The **Visualization** module will generate the three types of maps we requested in the recipe:
- Skill maps to visualize the skill distribution of the model, for each metric.
- The ensemble mean of the calibrated forecast anomalies.
- A map showing the most likely tercile category for each point in the grid.
With the significance option in the `Visualization()` function, you can choose whether or not to shade the grid points that are statistically significant in each skill metric plot.
```r
# Plot data
Visualization(recipe, data,
skill_metrics = skill_metrics,
probabilities = probabilities,
significance = TRUE)
```
Now, you can `cd` to the the output directory and inspect the contents of the `plots/` subdirectory. The plots are png files that can be visualized with the `display` command. They have a descriptive name including the content of the plot, the date and the forecast time.
**Questions**
(1) Let's take a look at the forecast ensemble mean. What is the sign of the anomalies over Spain? In what regions are the anomalous temperatures strongest?
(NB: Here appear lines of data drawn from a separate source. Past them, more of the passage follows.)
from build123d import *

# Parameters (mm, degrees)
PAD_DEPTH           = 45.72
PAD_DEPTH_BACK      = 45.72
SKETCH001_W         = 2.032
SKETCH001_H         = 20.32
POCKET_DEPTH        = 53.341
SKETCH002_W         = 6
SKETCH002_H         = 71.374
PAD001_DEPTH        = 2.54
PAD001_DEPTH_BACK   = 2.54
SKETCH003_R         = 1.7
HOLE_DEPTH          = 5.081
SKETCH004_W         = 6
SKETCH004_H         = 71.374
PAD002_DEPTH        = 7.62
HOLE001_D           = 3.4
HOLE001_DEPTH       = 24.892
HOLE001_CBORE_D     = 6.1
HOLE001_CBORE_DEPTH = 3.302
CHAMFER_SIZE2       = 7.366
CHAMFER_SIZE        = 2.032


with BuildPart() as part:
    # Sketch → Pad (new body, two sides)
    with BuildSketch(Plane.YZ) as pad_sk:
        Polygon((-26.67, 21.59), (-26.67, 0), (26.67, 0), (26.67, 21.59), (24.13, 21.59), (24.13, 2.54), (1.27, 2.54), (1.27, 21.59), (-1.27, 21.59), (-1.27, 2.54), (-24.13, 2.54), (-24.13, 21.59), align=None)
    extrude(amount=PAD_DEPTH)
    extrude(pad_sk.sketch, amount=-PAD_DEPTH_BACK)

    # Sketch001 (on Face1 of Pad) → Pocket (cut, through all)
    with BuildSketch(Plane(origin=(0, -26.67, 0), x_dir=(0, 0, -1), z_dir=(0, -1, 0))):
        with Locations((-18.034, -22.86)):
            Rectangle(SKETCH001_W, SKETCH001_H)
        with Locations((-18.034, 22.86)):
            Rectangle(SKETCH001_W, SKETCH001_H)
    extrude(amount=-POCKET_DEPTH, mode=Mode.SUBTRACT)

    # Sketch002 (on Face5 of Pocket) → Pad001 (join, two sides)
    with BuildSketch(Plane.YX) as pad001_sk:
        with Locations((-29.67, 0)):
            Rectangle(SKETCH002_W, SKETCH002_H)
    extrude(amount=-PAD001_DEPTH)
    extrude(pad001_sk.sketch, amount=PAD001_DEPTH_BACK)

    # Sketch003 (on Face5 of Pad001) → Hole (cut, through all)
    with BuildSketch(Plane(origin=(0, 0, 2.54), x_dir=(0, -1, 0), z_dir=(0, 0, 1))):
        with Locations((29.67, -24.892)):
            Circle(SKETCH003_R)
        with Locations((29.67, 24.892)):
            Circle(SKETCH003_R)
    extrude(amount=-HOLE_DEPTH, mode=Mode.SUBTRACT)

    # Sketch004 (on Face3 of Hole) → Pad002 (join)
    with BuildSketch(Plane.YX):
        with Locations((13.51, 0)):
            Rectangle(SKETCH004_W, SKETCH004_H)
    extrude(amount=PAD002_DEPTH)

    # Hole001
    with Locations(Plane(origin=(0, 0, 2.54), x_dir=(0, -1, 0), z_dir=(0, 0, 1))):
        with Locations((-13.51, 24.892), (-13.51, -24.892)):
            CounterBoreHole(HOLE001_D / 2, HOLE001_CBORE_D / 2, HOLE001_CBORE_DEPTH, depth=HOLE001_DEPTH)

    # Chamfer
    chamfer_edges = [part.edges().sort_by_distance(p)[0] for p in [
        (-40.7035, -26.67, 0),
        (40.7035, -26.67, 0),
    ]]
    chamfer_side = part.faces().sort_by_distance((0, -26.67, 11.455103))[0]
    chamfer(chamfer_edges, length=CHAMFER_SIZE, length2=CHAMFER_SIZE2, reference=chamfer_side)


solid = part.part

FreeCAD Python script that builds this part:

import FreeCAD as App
import Part
import Sketcher
from FreeCAD import Vector
Q = App.Units.Quantity


def edges_at(feature, points):
    """Names of the edges that pass closest to the given points."""
    edges = feature.Shape.Edges
    near = lambda p: min(range(len(edges)), key=lambda i: edges[i].distToShape(Part.Vertex(*p))[0])
    return sorted({f"Edge{near(p) + 1}" for p in points})

doc = App.newDocument("Part")
body = doc.addObject("PartDesign::Body", "Body")

sketch1 = body.newObject("Sketcher::SketchObject", "Sketch")
sketch1.AttachmentSupport = (doc.getObject("YZ_Plane"), [""])
sketch1.MapMode = "FlatFace"
sketch1.addGeometry([
    Part.LineSegment(Vector(-26.7, 21.6, 0), Vector(-26.7, 0, 0)),
    Part.LineSegment(Vector(-26.7, 0, 0), Vector(26.7, 0, 0)),
    Part.LineSegment(Vector(26.7, 0, 0), Vector(26.7, 21.6, 0)),
    Part.LineSegment(Vector(26.7, 21.6, 0), Vector(24.1, 21.6, 0)),
    Part.LineSegment(Vector(24.1, 21.6, 0), Vector(24.1, 2.5, 0)),
    Part.LineSegment(Vector(24.1, 2.5, 0), Vector(1.3, 2.5, 0)),
    Part.LineSegment(Vector(1.3, 2.5, 0), Vector(1.3, 21.6, 0)),
    Part.LineSegment(Vector(1.3, 21.6, 0), Vector(-1.3, 21.6, 0)),
    Part.LineSegment(Vector(-1.3, 21.6, 0), Vector(-1.3, 2.5, 0)),
    Part.LineSegment(Vector(-1.3, 2.5, 0), Vector(-24.1, 2.5, 0)),
    Part.LineSegment(Vector(-24.1, 2.5, 0), Vector(-24.1, 21.6, 0)),
    Part.LineSegment(Vector(-24.1, 21.6, 0), Vector(-26.7, 21.6, 0)),
], False)
sketch1.addConstraint([
    Sketcher.Constraint("Coincident", 0, 2, 1, 1),
    Sketcher.Constraint("Coincident", 1, 2, 2, 1),
    Sketcher.Constraint("Coincident", 2, 2, 3, 1),
    Sketcher.Constraint("Coincident", 3, 2, 4, 1),
    Sketcher.Constraint("Coincident", 4, 2, 5, 1),
    Sketcher.Constraint("Coincident", 5, 2, 6, 1),
    Sketcher.Constraint("Coincident", 6, 2, 7, 1),
    Sketcher.Constraint("Coincident", 7, 2, 8, 1),
    Sketcher.Constraint("Coincident", 8, 2, 9, 1),
    Sketcher.Constraint("Coincident", 9, 2, 10, 1),
    Sketcher.Constraint("Coincident", 10, 2, 11, 1),
    Sketcher.Constraint("Coincident", 11, 2, 0, 1),
    Sketcher.Constraint("Vertical", 0),
    Sketcher.Constraint("Horizontal", 1),
    Sketcher.Constraint("Vertical", 2),
    Sketcher.Constraint("Horizontal", 3),
    Sketcher.Constraint("Vertical", 4),
    Sketcher.Constraint("Horizontal", 5),
    Sketcher.Constraint("Vertical", 6),
    Sketcher.Constraint("Horizontal", 7),
    Sketcher.Constraint("Vertical", 8),
    Sketcher.Constraint("Horizontal", 9),
    Sketcher.Constraint("Vertical", 10),
    Sketcher.Constraint("Horizontal", 11),
    Sketcher.Constraint("Symmetric", 0, 2, 1, 2, -1, 1),
    Sketcher.Constraint("Symmetric", 5, 2, 8, 2, -2),
    Sketcher.Constraint("Symmetric", 3, 2, 10, 2, -2),
    Sketcher.Constraint("Horizontal", 3, 2, 6, 2),
    Sketcher.Constraint("Equal", 3, 7),
    Sketcher.Constraint("DistanceX", 1, 1, 1, 2, Q("2.1 in")),
    Sketcher.Constraint("DistanceX", 3, 2, 3, 1, Q("0.1 in")),
    Sketcher.Constraint("DistanceY", 0, 2, 0, 1, Q("0.85 in")),
    Sketcher.Constraint("DistanceY", 4, 2, 4, 1, Q("0.75 in")),
])
pad1 = body.newObject("PartDesign::Pad", "Pad")
pad1.Profile = sketch1
pad1.Type = "TwoLengths"
pad1.Length = Q("1.8 in")
pad1.Length2 = Q("1.8 in")

sketch2 = body.newObject("Sketcher::SketchObject", "Sketch001")
sketch2.AttachmentSupport = (doc.getObject("XZ_Plane"), [""])
sketch2.MapMode = "FlatFace"
sketch2.AttachmentOffset = App.Placement(Vector(0, 0, 1.05 * 25.4), App.Rotation())
sketch2.addGeometry([
    Part.LineSegment(Vector(-12.7, 19.1, 0), Vector(-33, 19.1, 0)),
    Part.LineSegment(Vector(-33, 19.1, 0), Vector(-33, 17, 0)),
    Part.LineSegment(Vector(-33, 17, 0), Vector(-12.7, 17, 0)),
    Part.LineSegment(Vector(-12.7, 17, 0), Vector(-12.7, 19.1, 0)),
    Part.LineSegment(Vector(33, 19.1, 0), Vector(12.7, 19.1, 0)),
    Part.LineSegment(Vector(12.7, 19.1, 0), Vector(12.7, 17, 0)),
    Part.LineSegment(Vector(12.7, 17, 0), Vector(33, 17, 0)),
    Part.LineSegment(Vector(33, 17, 0), Vector(33, 19.1, 0)),
], False)
sketch2.addConstraint([
    Sketcher.Constraint("Coincident", 0, 2, 1, 1),
    Sketcher.Constraint("Coincident", 1, 2, 2, 1),
    Sketcher.Constraint("Coincident", 2, 2, 3, 1),
    Sketcher.Constraint("Coincident", 3, 2, 0, 1),
    Sketcher.Constraint("Coincident", 4, 2, 5, 1),
    Sketcher.Constraint("Coincident", 5, 2, 6, 1),
    Sketcher.Constraint("Coincident", 6, 2, 7, 1),
    Sketcher.Constraint("Coincident", 7, 2, 4, 1),
    Sketcher.Constraint("Horizontal", 0),
    Sketcher.Constraint("Vertical", 1),
    Sketcher.Constraint("Horizontal", 2),
    Sketcher.Constraint("Vertical", 3),
    Sketcher.Constraint("Horizontal", 4),
    Sketcher.Constraint("Vertical", 5),
    Sketcher.Constraint("Horizontal", 6),
    Sketcher.Constraint("Vertical", 7),
    Sketcher.Constraint("Symmetric", 3, 2, 4, 2, -2),
    Sketcher.Constraint("Symmetric", 1, 2, 6, 2, -2),
    Sketcher.Constraint("DistanceX", 0, 2, 0, 1, Q("0.8 in")),
    Sketcher.Constraint("DistanceX", 3, 2, 4, 2, Q("1 in")),
    Sketcher.Constraint("DistanceY", 1, 2, 1, 1, Q("0.08 in")),
    Sketcher.Constraint("DistanceY", -1, 1, 0, 2, Q("0.75 in")),
])
pocket1 = body.newObject("PartDesign::Pocket", "Pocket")
pocket1.Profile = sketch2
pocket1.Type = "ThroughAll"

sketch3 = body.newObject("Sketcher::SketchObject", "Sketch002")
sketch3.AttachmentSupport = (doc.getObject("XY_Plane"), [""])
sketch3.MapMode = "FlatFace"
sketch3.addGeometry([
    Part.LineSegment(Vector(36, -33, 0), Vector(-36, -33, 0)),
    Part.LineSegment(Vector(-36, -33, 0), Vector(-36, -27, 0)),
    Part.LineSegment(Vector(-36, -27, 0), Vector(36, -27, 0)),
    Part.LineSegment(Vector(36, -27, 0), Vector(36, -33, 0)),
], False)
sketch3.addConstraint([
    Sketcher.Constraint("Coincident", 0, 2, 1, 1),
    Sketcher.Constraint("Coincident", 1, 2, 2, 1),
    Sketcher.Constraint("Coincident", 2, 2, 3, 1),
    Sketcher.Constraint("Coincident", 3, 2, 0, 1),
    Sketcher.Constraint("Horizontal", 0),
    Sketcher.Constraint("Vertical", 1),
    Sketcher.Constraint("Horizontal", 2),
    Sketcher.Constraint("Vertical", 3),
    Sketcher.Constraint("DistanceX", 0, 2, 0, 1, Q("2.81 in")),
    Sketcher.Constraint("DistanceY", 1, 2, -1, 1, Q("1.05 in")),
    Sketcher.Constraint("DistanceX", 0, 2, -1, 1, Q("1.405 in")),
    Sketcher.Constraint("DistanceY", 1, 1, 1, 2, Q("6 mm")),
])
pad2 = body.newObject("PartDesign::Pad", "Pad001")
pad2.Profile = sketch3
pad2.Type = "TwoLengths"
pad2.Length = Q("0.1 in")
pad2.Length2 = Q("0.1 in")

sketch4 = body.newObject("Sketcher::SketchObject", "Sketch003")
sketch4.AttachmentSupport = (doc.getObject("XY_Plane"), [""])
sketch4.MapMode = "FlatFace"
sketch4.AttachmentOffset = App.Placement(Vector(0, 0, 0.1 * 25.4), App.Rotation())
sketch4.addGeometry([
    Part.Circle(Vector(-24.9, -29.7, 0), Vector(0, 0, 1), 1.7),
    Part.Circle(Vector(24.9, -29.7, 0), Vector(0, 0, 1), 1.7),
], False)
sketch4.addConstraint([
    Sketcher.Constraint("Equal", 0, 1),
    Sketcher.Constraint("Symmetric", 0, 3, 1, 3, -2),
    Sketcher.Constraint("Diameter", 0, Q("3.4 mm")),
    Sketcher.Constraint("DistanceX", 0, 3, -1, 1, Q("0.98 in")),
    Sketcher.Constraint("DistanceY", 0, 3, -1, 1, Q("29.67 mm")),
])
pocket2 = body.newObject("PartDesign::Pocket", "Pocket001")
pocket2.Profile = sketch4
pocket2.Type = "ThroughAll"

sketch5 = body.newObject("Sketcher::SketchObject", "Sketch004")
sketch5.AttachmentSupport = (doc.getObject("XY_Plane"), [""])
sketch5.MapMode = "FlatFace"
sketch5.addGeometry([
    Part.LineSegment(Vector(36, 11, 0), Vector(-36, 11, 0)),
    Part.LineSegment(Vector(-36, 11, 0), Vector(-36, 17, 0)),
    Part.LineSegment(Vector(-36, 17, 0), Vector(36, 17, 0)),
    Part.LineSegment(Vector(36, 17, 0), Vector(36, 11, 0)),
], False)
sketch5.addConstraint([
    Sketcher.Constraint("Coincident", 0, 2, 1, 1),
    Sketcher.Constraint("Coincident", 1, 2, 2, 1),
    Sketcher.Constraint("Coincident", 2, 2, 3, 1),
    Sketcher.Constraint("Coincident", 3, 2, 0, 1),
    Sketcher.Constraint("Horizontal", 0),
    Sketcher.Constraint("Vertical", 1),
    Sketcher.Constraint("Horizontal", 2),
    Sketcher.Constraint("Vertical", 3),
    Sketcher.Constraint("DistanceX", 0, 2, 0, 1, Q("2.81 in")),
    Sketcher.Constraint("DistanceY", -1, 1, 1, 2, Q("0.65 in")),
    Sketcher.Constraint("DistanceX", 0, 2, -1, 1, Q("1.405 in")),
    Sketcher.Constraint("DistanceY", 1, 1, 1, 2, Q("6 mm")),
])
pad3 = body.newObject("PartDesign::Pad", "Pad002")
pad3.Profile = sketch5
pad3.Length = Q("0.3 in")
pad3.Reversed = True

sketch6 = body.newObject("Sketcher::SketchObject", "Sketch005")
sketch6.AttachmentSupport = (doc.getObject("XY_Plane"), [""])
sketch6.MapMode = "FlatFace"
sketch6.AttachmentOffset = App.Placement(Vector(0, 0, 0.1 * 25.4), App.Rotation())
sketch6.addGeometry([
    Part.Circle(Vector(24.9, 13.5, 0), Vector(0, 0, 1), 1.7),
    Part.Circle(Vector(-24.9, 13.5, 0), Vector(0, 0, 1), 1.7),
], False)
sketch6.addConstraint([
    Sketcher.Constraint("Equal", 0, 1),
    Sketcher.Constraint("Symmetric", 0, 3, 1, 3, -2),
    Sketcher.Constraint("Diameter", 0, Q("3.4 mm")),
    Sketcher.Constraint("DistanceX", -1, 1, 0, 3, Q("0.98 in")),
    Sketcher.Constraint("DistanceY", -1, 1, 0, 3, Q("13.51 mm")),
])
doc.recompute()
hole = body.newObject("PartDesign::Hole", "Hole")
hole.Profile = sketch6
hole.ThreadType = "None"
hole.Diameter = 3.4
hole.DepthType = "Dimension"
hole.Depth = Q("0.98 in")
hole.DrillPoint = "Flat"
hole.HoleCutType = "Counterbore"
hole.HoleCutDiameter = 6.1
hole.HoleCutDepth = Q("0.13 in")
doc.recompute()

chamfer = body.newObject("PartDesign::Chamfer", "Chamfer")
chamfer.Base = (hole, edges_at(hole, [(-40.703, -26.67, 0), (40.703, -26.67, 0)]))
chamfer.ChamferType = "Two distances"
chamfer.Size = Q("0.08 in")
chamfer.Size2 = Q("0.29 in")

doc.recompute()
(2) Let's take a look at the skill metrics RPSS, BSS10 and BSS90. In what regions and for which metrics is the forecast most skillful? *Tip*: Positive values indicate that the model is a better predictor than the climatology, with 1 being the perfect score.
(3) Let's take a look at the Most Likely Terciles plots. This plot indicates the probability of the temperature being below normal, near-normal or above normal. What is the most likely category for Spain?